→ **ACTION ITEM**
In the data below, the answer is the run of lines from the line containing "#116=FACE_BOUND('',#115,.T.);" through the line containing "#127=ADVANCED_FACE('',(#116,#124),#126,.F.);", both included; print it exactly and nothing else.

(Stored data entries)
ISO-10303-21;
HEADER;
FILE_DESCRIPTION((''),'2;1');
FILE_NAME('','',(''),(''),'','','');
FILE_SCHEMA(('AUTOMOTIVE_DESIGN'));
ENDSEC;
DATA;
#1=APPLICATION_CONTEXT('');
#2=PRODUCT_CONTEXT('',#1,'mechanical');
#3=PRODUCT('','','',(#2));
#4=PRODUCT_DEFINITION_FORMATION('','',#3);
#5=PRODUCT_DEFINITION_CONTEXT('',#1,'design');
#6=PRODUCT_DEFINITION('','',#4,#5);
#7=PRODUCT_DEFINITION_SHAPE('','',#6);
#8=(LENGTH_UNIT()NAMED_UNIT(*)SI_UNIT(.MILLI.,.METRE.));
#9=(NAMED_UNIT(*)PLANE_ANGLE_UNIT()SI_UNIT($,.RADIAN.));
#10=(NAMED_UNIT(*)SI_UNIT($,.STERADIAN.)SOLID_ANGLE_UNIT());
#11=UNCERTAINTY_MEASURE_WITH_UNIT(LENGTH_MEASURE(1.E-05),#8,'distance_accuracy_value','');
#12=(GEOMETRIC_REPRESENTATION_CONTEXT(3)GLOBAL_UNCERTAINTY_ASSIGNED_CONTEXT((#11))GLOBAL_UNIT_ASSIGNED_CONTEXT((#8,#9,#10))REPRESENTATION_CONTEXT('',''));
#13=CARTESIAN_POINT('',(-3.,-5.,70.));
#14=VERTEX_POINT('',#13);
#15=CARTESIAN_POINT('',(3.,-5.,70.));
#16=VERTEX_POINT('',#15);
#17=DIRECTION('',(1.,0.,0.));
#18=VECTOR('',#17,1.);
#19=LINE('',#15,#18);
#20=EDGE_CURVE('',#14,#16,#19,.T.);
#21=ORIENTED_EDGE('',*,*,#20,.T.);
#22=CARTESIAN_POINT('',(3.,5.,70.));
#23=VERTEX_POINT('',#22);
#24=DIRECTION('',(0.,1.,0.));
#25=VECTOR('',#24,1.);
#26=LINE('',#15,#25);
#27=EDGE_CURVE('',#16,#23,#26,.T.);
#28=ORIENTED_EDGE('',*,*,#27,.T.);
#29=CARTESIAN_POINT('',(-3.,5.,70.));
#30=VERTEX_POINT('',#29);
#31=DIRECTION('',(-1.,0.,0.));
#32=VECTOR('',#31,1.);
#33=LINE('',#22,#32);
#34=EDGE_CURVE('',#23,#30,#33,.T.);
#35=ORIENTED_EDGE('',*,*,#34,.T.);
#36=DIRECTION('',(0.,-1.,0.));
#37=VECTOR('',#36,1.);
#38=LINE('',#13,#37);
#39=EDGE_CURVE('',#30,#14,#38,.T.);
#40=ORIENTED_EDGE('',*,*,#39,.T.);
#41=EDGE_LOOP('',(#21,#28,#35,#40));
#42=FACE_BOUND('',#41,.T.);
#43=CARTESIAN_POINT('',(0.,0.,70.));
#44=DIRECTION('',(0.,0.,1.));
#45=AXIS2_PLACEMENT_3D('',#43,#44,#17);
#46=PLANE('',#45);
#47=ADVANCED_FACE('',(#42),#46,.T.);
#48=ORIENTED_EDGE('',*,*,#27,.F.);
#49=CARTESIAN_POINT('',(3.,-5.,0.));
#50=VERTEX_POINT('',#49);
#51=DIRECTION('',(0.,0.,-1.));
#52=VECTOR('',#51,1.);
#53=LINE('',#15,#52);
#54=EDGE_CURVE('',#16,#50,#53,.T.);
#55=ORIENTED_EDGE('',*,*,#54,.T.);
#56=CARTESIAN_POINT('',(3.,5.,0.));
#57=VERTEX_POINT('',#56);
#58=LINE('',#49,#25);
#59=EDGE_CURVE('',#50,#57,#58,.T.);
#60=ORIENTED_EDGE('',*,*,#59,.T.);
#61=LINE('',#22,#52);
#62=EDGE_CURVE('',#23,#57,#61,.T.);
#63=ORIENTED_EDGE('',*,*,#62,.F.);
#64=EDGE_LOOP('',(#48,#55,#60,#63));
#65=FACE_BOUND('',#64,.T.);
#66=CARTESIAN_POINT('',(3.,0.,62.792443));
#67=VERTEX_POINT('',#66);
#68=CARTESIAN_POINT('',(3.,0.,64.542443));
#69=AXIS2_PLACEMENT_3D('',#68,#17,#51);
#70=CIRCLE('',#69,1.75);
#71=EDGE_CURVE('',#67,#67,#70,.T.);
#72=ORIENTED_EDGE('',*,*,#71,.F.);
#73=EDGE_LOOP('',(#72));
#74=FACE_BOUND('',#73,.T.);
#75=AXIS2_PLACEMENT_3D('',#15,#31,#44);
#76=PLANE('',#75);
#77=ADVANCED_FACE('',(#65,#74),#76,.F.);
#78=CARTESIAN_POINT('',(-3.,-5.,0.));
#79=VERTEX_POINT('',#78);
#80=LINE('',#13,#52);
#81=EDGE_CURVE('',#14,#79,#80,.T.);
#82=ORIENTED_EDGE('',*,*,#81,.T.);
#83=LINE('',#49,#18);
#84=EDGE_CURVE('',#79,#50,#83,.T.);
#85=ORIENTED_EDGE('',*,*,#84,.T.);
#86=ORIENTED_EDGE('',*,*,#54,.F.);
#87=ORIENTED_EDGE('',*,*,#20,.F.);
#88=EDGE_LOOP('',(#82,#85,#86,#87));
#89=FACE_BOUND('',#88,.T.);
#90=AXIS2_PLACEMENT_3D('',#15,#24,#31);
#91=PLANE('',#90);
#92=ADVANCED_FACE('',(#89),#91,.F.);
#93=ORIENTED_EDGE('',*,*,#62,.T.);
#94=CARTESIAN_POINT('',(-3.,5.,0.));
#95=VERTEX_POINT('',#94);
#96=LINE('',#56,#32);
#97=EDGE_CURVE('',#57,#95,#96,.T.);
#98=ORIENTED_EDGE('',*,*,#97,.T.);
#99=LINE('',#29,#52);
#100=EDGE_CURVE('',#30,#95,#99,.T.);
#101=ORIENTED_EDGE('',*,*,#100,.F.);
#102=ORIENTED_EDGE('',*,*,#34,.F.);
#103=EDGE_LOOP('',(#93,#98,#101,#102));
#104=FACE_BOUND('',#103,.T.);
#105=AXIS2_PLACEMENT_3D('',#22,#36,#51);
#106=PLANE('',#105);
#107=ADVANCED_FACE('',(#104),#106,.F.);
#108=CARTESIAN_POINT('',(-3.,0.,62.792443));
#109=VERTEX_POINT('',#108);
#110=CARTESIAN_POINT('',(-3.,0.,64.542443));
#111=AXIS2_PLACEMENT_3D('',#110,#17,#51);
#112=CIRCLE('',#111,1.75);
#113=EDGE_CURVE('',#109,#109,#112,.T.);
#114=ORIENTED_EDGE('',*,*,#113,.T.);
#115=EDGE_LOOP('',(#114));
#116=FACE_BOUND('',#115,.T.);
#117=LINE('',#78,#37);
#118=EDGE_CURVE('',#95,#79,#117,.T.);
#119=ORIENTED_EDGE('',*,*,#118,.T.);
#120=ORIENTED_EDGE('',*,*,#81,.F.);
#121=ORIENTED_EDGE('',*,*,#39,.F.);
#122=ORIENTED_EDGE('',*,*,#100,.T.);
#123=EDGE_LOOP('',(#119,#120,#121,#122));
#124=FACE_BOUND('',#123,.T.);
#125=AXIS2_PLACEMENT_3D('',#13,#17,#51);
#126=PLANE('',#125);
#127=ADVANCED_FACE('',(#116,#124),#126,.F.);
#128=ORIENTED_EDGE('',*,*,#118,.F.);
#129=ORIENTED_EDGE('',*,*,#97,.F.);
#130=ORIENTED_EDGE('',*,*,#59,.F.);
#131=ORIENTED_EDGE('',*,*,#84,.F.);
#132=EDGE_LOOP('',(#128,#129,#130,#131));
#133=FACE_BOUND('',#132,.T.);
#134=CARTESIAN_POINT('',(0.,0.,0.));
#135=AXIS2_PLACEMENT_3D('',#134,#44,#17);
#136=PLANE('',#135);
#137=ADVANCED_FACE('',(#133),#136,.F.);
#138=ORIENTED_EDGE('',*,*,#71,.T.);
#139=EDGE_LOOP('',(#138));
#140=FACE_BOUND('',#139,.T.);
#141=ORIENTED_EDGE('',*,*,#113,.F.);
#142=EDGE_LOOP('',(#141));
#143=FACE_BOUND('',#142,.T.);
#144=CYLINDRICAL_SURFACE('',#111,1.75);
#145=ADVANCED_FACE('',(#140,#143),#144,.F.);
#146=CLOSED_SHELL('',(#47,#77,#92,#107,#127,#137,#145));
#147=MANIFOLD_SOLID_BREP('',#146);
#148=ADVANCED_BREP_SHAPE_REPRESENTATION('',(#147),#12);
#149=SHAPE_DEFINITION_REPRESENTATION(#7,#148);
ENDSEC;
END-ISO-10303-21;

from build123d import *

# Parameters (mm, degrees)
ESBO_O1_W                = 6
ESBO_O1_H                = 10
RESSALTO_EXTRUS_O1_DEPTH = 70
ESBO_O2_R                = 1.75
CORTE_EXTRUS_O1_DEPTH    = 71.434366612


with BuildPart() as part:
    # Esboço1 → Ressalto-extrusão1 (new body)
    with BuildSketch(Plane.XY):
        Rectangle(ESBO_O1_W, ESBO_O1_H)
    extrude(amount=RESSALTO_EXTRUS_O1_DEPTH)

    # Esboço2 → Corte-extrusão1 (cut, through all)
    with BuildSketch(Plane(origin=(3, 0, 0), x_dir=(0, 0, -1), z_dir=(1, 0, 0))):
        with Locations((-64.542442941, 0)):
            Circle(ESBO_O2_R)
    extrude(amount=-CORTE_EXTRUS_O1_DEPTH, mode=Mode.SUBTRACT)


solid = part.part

→ **RESPONSE AREA**
#116=FACE_BOUND('',#115,.T.);
#117=LINE('',#78,#37);
#118=EDGE_CURVE('',#95,#79,#117,.T.);
#119=ORIENTED_EDGE('',*,*,#118,.T.);
#120=ORIENTED_EDGE('',*,*,#81,.F.);
#121=ORIENTED_EDGE('',*,*,#39,.F.);
#122=ORIENTED_EDGE('',*,*,#100,.T.);
#123=EDGE_LOOP('',(#119,#120,#121,#122));
#124=FACE_BOUND('',#123,.T.);
#125=AXIS2_PLACEMENT_3D('',#13,#17,#51);
#126=PLANE('',#125);
#127=ADVANCED_FACE('',(#116,#124),#126,.F.);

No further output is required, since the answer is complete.